[Extracted records]
---

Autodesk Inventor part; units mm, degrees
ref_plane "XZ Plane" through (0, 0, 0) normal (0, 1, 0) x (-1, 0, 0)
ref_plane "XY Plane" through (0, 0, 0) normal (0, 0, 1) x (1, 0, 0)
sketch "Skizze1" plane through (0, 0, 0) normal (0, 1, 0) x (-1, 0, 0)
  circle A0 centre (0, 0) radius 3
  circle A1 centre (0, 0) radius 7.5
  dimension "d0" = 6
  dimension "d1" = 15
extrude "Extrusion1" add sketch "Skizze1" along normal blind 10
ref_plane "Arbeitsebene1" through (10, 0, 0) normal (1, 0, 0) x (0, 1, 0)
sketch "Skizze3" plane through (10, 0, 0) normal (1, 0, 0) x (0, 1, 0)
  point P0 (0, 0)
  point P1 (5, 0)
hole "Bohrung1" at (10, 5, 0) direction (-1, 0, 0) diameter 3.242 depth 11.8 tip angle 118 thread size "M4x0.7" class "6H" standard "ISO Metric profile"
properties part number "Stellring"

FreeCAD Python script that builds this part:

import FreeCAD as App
import Part
import Sketcher

doc = App.newDocument("Part")
body = doc.addObject("PartDesign::Body", "Body")

# Sketch on XZ plane
sketch1 = body.newObject("Sketcher::SketchObject", "Sketch")
sketch1.AttachmentSupport = (doc.getObject("XZ_Plane"), [""])
sketch1.MapMode = "FlatFace"
sketch1.addGeometry([
    Part.Circle(App.Vector(0, 0, 0), App.Vector(0, 0, 1), 7.5),
    Part.Circle(App.Vector(0, 0, 0), App.Vector(0, 0, 1), 3),
], False)
sketch1.addConstraint([
    Sketcher.Constraint("Coincident", 0, 3, -1, 1),
    Sketcher.Constraint("Coincident", 1, 3, -1, 1),
    Sketcher.Constraint("Diameter", 0, 15.0),
    Sketcher.Constraint("Diameter", 1, 6.0),
])
pad1 = body.newObject("PartDesign::Pad", "Pad")
pad1.Profile = sketch1
pad1.Length = 10
pad1.Reversed = True

# Sketch on YZ plane
sketch2 = body.newObject("Sketcher::SketchObject", "Sketch001")
sketch2.AttachmentSupport = (doc.getObject("YZ_Plane"), [""])
sketch2.MapMode = "FlatFace"
sketch2.AttachmentOffset = App.Placement(App.Vector(0, 0, 10), App.Rotation())
sketch2.addGeometry(Part.Circle(App.Vector(5, 0, 0), App.Vector(0, 0, 1), 1.6), False)
sketch2.addConstraint([
    Sketcher.Constraint("PointOnObject", 0, 3, -1),
    Sketcher.Constraint("Diameter", 0, 3.242),
    Sketcher.Constraint("DistanceX", -1, 1, 0, 3, 5.0),
])
doc.recompute()
hole = body.newObject("PartDesign::Hole", "Hole")
hole.Profile = sketch2
hole.ThreadType = "None"
hole.Diameter = 3.242
hole.DepthType = "Dimension"
hole.Depth = 11.8
hole.DrillPoint = "Angled"
hole.DrillPointAngle = 118

doc.recompute()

---

Only one stretch of the entries above is wanted: the lines from the one containing "plane through (10, 0, 0)" through the one containing "FreeCAD Python script". Please reproduce it exactly.

--- Solution ---
sketch "Skizze3" plane through (10, 0, 0) normal (1, 0, 0) x (0, 1, 0)
  point P0 (0, 0)
  point P1 (5, 0)
hole "Bohrung1" at (10, 5, 0) direction (-1, 0, 0) diameter 3.242 depth 11.8 tip angle 118 thread size "M4x0.7" class "6H" standard "ISO Metric profile"
properties part number "Stellring"

FreeCAD Python script that builds this part:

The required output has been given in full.